# [WORK REQUIRED]
Pick each line that has "Type" out of the records.

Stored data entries
^^^^^^^^

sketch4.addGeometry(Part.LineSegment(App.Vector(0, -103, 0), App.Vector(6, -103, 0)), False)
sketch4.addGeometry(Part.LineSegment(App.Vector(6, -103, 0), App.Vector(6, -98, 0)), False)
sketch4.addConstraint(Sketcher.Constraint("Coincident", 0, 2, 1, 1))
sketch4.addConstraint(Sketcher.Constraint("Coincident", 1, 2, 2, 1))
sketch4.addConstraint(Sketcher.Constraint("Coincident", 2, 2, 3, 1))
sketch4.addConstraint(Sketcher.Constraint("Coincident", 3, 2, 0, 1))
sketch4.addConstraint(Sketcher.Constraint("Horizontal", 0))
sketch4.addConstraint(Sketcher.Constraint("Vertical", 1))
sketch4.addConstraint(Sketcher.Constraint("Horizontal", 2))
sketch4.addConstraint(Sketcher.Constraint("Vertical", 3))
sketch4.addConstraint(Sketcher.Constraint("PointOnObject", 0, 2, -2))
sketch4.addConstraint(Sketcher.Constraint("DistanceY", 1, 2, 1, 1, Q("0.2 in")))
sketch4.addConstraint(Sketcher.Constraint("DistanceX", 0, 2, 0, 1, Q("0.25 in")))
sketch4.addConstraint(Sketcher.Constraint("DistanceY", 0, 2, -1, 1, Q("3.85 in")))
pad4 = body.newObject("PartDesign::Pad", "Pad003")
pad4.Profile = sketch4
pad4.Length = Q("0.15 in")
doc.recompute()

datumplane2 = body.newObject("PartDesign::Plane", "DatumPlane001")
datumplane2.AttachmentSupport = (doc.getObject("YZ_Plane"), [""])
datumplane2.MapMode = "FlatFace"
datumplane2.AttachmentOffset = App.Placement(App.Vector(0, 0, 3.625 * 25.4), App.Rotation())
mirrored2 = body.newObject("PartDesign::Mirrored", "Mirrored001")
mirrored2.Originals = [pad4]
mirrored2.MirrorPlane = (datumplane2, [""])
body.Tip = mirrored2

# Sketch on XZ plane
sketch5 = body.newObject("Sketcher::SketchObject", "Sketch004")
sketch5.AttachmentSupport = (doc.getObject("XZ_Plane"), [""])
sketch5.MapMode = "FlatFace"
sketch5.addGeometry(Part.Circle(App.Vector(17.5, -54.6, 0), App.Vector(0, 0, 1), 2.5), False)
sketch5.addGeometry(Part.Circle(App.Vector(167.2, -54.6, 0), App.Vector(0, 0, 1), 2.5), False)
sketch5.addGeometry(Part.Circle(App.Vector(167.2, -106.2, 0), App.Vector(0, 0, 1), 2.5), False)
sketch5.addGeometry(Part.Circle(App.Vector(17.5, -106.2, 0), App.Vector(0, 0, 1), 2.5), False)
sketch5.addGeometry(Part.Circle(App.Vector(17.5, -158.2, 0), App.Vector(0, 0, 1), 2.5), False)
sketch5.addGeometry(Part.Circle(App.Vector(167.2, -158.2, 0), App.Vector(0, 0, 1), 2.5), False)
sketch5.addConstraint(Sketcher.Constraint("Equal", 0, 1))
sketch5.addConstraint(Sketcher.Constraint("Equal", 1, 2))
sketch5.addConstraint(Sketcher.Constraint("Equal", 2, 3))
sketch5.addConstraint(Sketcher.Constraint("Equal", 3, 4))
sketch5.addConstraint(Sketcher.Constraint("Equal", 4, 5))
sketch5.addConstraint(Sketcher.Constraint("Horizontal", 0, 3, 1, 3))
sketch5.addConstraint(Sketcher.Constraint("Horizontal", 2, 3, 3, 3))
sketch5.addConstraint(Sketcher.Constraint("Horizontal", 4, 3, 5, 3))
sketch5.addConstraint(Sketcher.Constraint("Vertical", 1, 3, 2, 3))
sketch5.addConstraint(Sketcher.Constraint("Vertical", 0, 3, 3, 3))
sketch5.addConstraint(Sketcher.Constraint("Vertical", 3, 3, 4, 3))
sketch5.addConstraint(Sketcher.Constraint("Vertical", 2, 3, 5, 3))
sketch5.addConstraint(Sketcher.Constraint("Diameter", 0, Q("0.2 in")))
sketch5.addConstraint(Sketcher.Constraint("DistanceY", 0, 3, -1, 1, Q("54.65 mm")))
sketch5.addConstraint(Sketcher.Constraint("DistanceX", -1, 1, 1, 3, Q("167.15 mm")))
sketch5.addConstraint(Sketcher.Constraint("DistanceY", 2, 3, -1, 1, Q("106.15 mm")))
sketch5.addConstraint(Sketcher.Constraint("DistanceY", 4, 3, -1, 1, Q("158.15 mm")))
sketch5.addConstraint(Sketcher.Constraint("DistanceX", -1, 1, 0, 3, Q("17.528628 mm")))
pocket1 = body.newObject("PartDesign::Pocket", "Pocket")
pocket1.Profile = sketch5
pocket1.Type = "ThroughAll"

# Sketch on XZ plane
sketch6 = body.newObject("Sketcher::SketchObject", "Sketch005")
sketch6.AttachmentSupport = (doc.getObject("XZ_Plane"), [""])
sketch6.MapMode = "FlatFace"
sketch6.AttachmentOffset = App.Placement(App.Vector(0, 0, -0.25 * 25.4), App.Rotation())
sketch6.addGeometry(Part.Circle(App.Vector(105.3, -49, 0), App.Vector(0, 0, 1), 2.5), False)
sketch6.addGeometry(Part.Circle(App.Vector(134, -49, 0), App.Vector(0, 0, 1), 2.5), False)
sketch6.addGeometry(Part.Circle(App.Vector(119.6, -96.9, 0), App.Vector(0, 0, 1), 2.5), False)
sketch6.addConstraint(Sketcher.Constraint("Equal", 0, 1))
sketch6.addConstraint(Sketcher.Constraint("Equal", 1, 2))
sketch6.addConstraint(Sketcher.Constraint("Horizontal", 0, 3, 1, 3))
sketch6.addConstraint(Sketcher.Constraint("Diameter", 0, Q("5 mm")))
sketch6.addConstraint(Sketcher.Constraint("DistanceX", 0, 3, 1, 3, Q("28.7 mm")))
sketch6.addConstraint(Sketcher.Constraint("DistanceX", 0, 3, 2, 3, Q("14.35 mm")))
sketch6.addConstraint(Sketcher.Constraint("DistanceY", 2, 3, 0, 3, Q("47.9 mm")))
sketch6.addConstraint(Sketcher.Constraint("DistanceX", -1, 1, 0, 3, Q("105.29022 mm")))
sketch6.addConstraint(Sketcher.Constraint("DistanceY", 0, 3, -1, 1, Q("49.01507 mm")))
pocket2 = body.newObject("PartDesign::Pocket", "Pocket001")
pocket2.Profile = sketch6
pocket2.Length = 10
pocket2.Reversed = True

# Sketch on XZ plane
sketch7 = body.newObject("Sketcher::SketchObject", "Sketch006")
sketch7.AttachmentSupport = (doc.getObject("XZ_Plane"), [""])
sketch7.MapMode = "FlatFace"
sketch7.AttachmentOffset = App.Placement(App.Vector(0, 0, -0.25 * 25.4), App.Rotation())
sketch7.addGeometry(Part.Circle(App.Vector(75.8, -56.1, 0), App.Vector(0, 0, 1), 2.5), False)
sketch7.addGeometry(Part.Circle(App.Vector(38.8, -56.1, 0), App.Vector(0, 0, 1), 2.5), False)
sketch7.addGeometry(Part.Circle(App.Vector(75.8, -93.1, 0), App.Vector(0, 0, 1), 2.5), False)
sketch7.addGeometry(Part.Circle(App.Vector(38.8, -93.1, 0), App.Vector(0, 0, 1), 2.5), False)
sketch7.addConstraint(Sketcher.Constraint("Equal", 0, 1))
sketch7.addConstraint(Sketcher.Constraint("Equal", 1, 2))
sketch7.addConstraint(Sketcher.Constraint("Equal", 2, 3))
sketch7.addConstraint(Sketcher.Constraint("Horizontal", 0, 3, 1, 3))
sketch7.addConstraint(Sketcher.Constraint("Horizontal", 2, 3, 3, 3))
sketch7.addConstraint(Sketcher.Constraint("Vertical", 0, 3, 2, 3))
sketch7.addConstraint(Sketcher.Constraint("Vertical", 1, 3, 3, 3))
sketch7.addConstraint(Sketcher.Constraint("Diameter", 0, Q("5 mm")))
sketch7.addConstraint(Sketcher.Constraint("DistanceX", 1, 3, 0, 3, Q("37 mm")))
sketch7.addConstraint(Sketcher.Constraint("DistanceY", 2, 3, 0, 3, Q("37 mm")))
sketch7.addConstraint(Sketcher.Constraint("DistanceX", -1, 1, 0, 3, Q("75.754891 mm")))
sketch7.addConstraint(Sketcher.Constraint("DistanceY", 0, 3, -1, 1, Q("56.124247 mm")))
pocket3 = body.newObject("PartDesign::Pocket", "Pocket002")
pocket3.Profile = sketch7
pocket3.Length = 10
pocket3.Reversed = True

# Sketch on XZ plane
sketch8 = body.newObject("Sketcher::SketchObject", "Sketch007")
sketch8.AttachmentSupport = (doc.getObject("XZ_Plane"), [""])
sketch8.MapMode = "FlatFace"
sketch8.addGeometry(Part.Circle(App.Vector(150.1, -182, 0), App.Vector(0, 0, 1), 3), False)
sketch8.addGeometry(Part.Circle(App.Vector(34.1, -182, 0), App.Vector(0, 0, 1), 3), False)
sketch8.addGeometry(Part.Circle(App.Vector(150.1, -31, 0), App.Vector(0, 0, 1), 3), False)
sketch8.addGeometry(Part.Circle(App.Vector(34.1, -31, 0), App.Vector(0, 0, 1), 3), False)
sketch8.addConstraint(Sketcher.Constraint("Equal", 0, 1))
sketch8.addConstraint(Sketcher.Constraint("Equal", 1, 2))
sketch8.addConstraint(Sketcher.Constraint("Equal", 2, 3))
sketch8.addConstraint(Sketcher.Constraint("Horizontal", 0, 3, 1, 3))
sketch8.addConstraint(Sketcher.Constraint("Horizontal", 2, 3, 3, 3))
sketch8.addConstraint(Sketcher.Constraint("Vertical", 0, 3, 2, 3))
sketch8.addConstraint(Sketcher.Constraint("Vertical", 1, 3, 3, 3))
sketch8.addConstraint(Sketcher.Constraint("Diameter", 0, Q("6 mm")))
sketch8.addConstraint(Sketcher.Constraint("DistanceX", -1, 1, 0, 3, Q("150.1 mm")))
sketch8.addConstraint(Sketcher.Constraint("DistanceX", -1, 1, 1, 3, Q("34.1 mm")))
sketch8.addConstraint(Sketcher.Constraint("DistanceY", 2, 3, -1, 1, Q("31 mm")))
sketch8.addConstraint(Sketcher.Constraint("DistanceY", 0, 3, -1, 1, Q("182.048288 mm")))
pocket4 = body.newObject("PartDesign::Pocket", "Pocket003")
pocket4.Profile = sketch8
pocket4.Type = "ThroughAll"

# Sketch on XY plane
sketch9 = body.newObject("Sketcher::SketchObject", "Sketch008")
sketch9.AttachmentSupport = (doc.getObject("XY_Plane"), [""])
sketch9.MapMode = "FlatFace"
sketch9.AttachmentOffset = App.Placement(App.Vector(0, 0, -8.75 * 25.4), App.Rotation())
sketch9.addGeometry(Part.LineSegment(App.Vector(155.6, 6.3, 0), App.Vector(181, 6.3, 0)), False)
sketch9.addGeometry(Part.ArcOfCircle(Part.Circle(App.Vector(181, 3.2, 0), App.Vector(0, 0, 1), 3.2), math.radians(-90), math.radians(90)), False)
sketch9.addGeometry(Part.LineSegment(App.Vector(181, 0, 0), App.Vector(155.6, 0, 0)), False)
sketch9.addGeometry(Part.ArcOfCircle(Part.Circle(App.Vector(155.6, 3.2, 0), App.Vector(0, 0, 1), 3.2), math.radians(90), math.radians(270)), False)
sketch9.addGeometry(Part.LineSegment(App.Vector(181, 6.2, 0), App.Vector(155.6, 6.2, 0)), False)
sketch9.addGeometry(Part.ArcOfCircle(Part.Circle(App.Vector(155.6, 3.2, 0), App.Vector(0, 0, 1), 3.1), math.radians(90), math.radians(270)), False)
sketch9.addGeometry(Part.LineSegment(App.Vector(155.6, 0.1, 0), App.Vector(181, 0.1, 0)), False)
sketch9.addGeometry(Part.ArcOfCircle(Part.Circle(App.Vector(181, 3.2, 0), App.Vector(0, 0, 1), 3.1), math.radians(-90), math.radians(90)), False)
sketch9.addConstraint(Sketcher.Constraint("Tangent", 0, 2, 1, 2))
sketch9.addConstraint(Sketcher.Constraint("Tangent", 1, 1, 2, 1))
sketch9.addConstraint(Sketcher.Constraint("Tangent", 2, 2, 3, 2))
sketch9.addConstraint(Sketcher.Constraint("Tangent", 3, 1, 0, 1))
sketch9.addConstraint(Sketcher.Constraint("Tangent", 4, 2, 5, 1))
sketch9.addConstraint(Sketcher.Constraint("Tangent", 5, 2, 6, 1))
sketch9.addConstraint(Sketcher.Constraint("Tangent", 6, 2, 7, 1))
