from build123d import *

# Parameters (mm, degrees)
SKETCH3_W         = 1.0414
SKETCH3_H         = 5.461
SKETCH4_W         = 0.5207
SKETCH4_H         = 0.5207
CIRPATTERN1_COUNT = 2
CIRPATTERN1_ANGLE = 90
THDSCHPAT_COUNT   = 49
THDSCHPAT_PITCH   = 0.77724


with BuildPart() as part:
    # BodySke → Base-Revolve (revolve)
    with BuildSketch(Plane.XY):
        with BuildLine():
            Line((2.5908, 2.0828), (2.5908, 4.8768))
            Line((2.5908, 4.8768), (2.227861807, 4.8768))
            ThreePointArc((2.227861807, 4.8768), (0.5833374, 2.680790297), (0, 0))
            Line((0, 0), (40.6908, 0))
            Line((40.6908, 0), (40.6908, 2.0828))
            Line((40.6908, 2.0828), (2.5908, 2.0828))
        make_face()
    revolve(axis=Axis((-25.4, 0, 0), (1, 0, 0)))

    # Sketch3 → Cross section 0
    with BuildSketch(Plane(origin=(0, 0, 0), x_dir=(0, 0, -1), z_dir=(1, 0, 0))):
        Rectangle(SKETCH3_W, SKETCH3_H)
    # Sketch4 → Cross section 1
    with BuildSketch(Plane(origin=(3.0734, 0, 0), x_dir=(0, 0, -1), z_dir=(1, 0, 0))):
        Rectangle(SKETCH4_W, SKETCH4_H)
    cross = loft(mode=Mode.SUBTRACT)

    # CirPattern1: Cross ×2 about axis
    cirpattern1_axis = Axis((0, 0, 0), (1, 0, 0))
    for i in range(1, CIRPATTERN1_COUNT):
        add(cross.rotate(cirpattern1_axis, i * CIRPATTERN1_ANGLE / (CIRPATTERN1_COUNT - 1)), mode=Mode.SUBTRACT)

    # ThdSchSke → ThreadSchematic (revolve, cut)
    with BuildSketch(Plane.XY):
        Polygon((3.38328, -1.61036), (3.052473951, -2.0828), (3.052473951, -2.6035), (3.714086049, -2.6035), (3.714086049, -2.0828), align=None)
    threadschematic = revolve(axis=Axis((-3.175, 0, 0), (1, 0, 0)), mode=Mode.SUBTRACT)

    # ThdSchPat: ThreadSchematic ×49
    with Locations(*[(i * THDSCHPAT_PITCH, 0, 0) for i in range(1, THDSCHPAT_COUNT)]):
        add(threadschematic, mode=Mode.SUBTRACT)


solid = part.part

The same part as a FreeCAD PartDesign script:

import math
import FreeCAD as App
import Part
import Sketcher

V = App.Vector
Q = App.Units.Quantity


def add_polygon(sketch, points):
    """Adds a closed chain of lines whose ends are joined by coincident constraints."""
    first, n = sketch.GeometryCount, len(points)
    for a, b in zip(points, points[1:] + points[:1]):
        sketch.addGeometry(Part.LineSegment(App.Vector(*a, 0), App.Vector(*b, 0)), False)
    for i in range(n):
        sketch.addConstraint(Sketcher.Constraint("Coincident", first + i, 2, first + (i + 1) % n, 1))

doc = App.newDocument("Part")
params = doc.addObject("Spreadsheet::Sheet", "Params")
for row, (alias, value) in enumerate([
    ("sketch1_width", "1.5 in"),
    ("sketch1_radius", "0.254 in"),
    ("sketch1_height", "0.11 in"),
    ("sketch1_width2", "1.602 in"),
    ("sketch1_height2", "0.082 in"),
    ("revolution_angle", "360 deg"),
    ("sketch2_width", "0.215 in"),
    ("sketch2_height", "0.041 in"),
    ("groove_angle", "360 deg"),
    ("linearpattern_pitch", "0.0306 in"),
], start=1):
    params.set(f"A{row}", alias)
    params.set(f"B{row}", "=" + value)
    params.setAlias(f"B{row}", alias)

body = doc.addObject("PartDesign::Body", "Body")

# Sketch on XY plane
sketch1 = body.newObject("Sketcher::SketchObject", "Sketch")
sketch1.AttachmentSupport = (doc.getObject("XY_Plane"), [""])
sketch1.MapMode = "FlatFace"
sketch1.addGeometry(Part.LineSegment(V(2.59, 2.08, 0), V(2.59, 4.88, 0)), False)
sketch1.addGeometry(Part.LineSegment(V(2.59, 4.88, 0), V(2.23, 4.88, 0)), False)
sketch1.addGeometry(Part.ArcOfCircle(Part.Circle(V(6.45, 0, 0), V(0, 0, 1), 6.45), math.radians(131), math.radians(180)), False)
sketch1.addGeometry(Part.LineSegment(V(0, 0, 0), V(40.69, 0, 0)), False)
sketch1.addGeometry(Part.LineSegment(V(40.69, 0, 0), V(40.69, 2.08, 0)), False)
sketch1.addGeometry(Part.LineSegment(V(40.69, 2.08, 0), V(2.59, 2.08, 0)), False)
sketch1.addConstraint(Sketcher.Constraint("Coincident", 0, 2, 1, 1))
sketch1.addConstraint(Sketcher.Constraint("Coincident", 1, 2, 2, 1))
sketch1.addConstraint(Sketcher.Constraint("Coincident", 2, 2, 3, 1))
sketch1.addConstraint(Sketcher.Constraint("Coincident", 3, 2, 4, 1))
sketch1.addConstraint(Sketcher.Constraint("Coincident", 4, 2, 5, 1))
sketch1.addConstraint(Sketcher.Constraint("Coincident", 5, 2, 0, 1))
sketch1.addConstraint(Sketcher.Constraint("Vertical", 0))
sketch1.addConstraint(Sketcher.Constraint("Horizontal", 1))
sketch1.addConstraint(Sketcher.Constraint("Horizontal", 3))
sketch1.addConstraint(Sketcher.Constraint("Vertical", 4))
sketch1.addConstraint(Sketcher.Constraint("Horizontal", 5))
sketch1.addConstraint(Sketcher.Constraint("Coincident", 2, 2, -1, 1))
sketch1.addConstraint(Sketcher.Constraint("PointOnObject", 2, 3, -1))
sketch1.addConstraint(Sketcher.Constraint("DistanceX", 5, 2, 5, 1, Q("1.5 in")))
sketch1.addConstraint(Sketcher.Constraint("Radius", 2, Q("0.254 in")))
sketch1.addConstraint(Sketcher.Constraint("DistanceY", 0, 1, 0, 2, Q("0.11 in")))
sketch1.addConstraint(Sketcher.Constraint("DistanceX", 3, 1, 3, 2, Q("1.602 in")))
sketch1.addConstraint(Sketcher.Constraint("DistanceY", 4, 1, 4, 2, Q("0.082 in")))
sketch1.setExpression("Constraints[13]", "Params.sketch1_width")
sketch1.setExpression("Constraints[14]", "Params.sketch1_radius")
sketch1.setExpression("Constraints[15]", "Params.sketch1_height")
sketch1.setExpression("Constraints[16]", "Params.sketch1_width2")
sketch1.setExpression("Constraints[17]", "Params.sketch1_height2")
revolution = body.newObject("PartDesign::Revolution", "Revolution")
revolution.Profile = sketch1
revolution.ReferenceAxis = (sketch1, ["H_Axis"])
revolution.setExpression("Angle", "Params.revolution_angle")

# Sketch on YZ plane
sketch2 = body.newObject("Sketcher::SketchObject", "Sketch001")
sketch2.AttachmentSupport = (doc.getObject("YZ_Plane"), [""])
sketch2.MapMode = "FlatFace"
add_polygon(sketch2, [(2.7, 0.5), (-2.7, 0.5), (-2.7, -0.5), (2.7, -0.5)])  # lines 0-3
sketch2.addConstraint(Sketcher.Constraint("Horizontal", 0))
sketch2.addConstraint(Sketcher.Constraint("Vertical", 1))
sketch2.addConstraint(Sketcher.Constraint("Horizontal", 2))
sketch2.addConstraint(Sketcher.Constraint("Vertical", 3))
sketch2.addConstraint(Sketcher.Constraint("Symmetric", 0, 2, 2, 2, -1, 1))
sketch2.addConstraint(Sketcher.Constraint("DistanceX", 0, 2, 0, 1, Q("0.215 in")))
sketch2.addConstraint(Sketcher.Constraint("DistanceY", 1, 2, 1, 1, Q("0.041 in")))
sketch2.setExpression("Constraints[9]", "Params.sketch2_width")
sketch2.setExpression("Constraints[10]", "Params.sketch2_height")

# Sketch on YZ plane
sketch3 = body.newObject("Sketcher::SketchObject", "Sketch002")
sketch3.AttachmentSupport = (doc.getObject("YZ_Plane"), [""])
sketch3.MapMode = "FlatFace"
sketch3.AttachmentOffset = App.Placement(V(0, 0, 0.121 * 25.4), App.Rotation())
add_polygon(sketch3, [(0.3, 0.3), (-0.3, 0.3), (-0.3, -0.3), (0.3, -0.3)])  # lines 0-3
sketch3.addConstraint(Sketcher.Constraint("Horizontal", 0))
sketch3.addConstraint(Sketcher.Constraint("Vertical", 1))
sketch3.addConstraint(Sketcher.Constraint("Horizontal", 2))
sketch3.addConstraint(Sketcher.Constraint("Vertical", 3))
sketch3.addConstraint(Sketcher.Constraint("Symmetric", 0, 2, 2, 2, -1, 1))
sketch3.addConstraint(Sketcher.Constraint("Equal", 2, 1))
sketch3.addConstraint(Sketcher.Constraint("DistanceX", 0, 2, 0, 1, Q("0.0205 in")))

subtractiveloft = body.newObject("PartDesign::SubtractiveLoft", "SubtractiveLoft")
subtractiveloft.Profile = sketch2
subtractiveloft.Sections = [sketch3]
doc.recompute()

polarpattern = body.newObject("PartDesign::PolarPattern", "PolarPattern")
polarpattern.Originals = [subtractiveloft]
polarpattern.Axis = (doc.getObject("X_Axis"), [""])
polarpattern.Angle = 90
polarpattern.Occurrences = 2
body.Tip = polarpattern

# Sketch on XY plane
sketch4 = body.newObject("Sketcher::SketchObject", "Sketch003")
sketch4.AttachmentSupport = (doc.getObject("XY_Plane"), [""])
sketch4.MapMode = "FlatFace"
add_polygon(sketch4, [(3.4, -1.6), (3.1, -2.1), (3.1, -2.6), (3.7, -2.6), (3.7, -2.1)])  # lines 0-4
sketch4.addConstraint(Sketcher.Constraint("Vertical", 1))
sketch4.addConstraint(Sketcher.Constraint("Horizontal", 2))
sketch4.addConstraint(Sketcher.Constraint("Vertical", 3))
sketch4.addConstraint(Sketcher.Constraint("Horizontal", 0, 2, 3, 2))
sketch4.addConstraint(Sketcher.Constraint("Equal", 0, 4))
sketch4.addConstraint(Sketcher.Constraint("Angle", 0, Q("-125 deg")))
sketch4.addConstraint(Sketcher.Constraint("DistanceY", 1, 2, 1, 1, Q("0.0205 in")))
sketch4.addConstraint(Sketcher.Constraint("DistanceY", 0, 2, -1, 1, Q("0.082 in")))
sketch4.addConstraint(Sketcher.Constraint("DistanceX", -1, 1, 4, 2, Q("0.1332 in")))
sketch4.addConstraint(Sketcher.Constraint("DistanceY", 4, 2, -1, 1, Q("0.0634 in")))
groove = body.newObject("PartDesign::Groove", "Groove")
groove.Profile = sketch4
groove.ReferenceAxis = (sketch4, ["H_Axis"])
groove.setExpression("Angle", "Params.groove_angle")
doc.recompute()

linearpattern = body.newObject("PartDesign::LinearPattern", "LinearPattern")
linearpattern.Originals = [groove]
linearpattern.Direction = (doc.getObject("X_Axis"), [""])
linearpattern.Mode = "offset"
linearpattern.setExpression("Offset", "Params.linearpattern_pitch")
linearpattern.Occurrences = 49
body.Tip = linearpattern

doc.recompute()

^^^^^^^^

# [RESULT FOR THIS TASK]
pocket1.Type = "ThroughAll"
pocket4.Type = "ThroughAll"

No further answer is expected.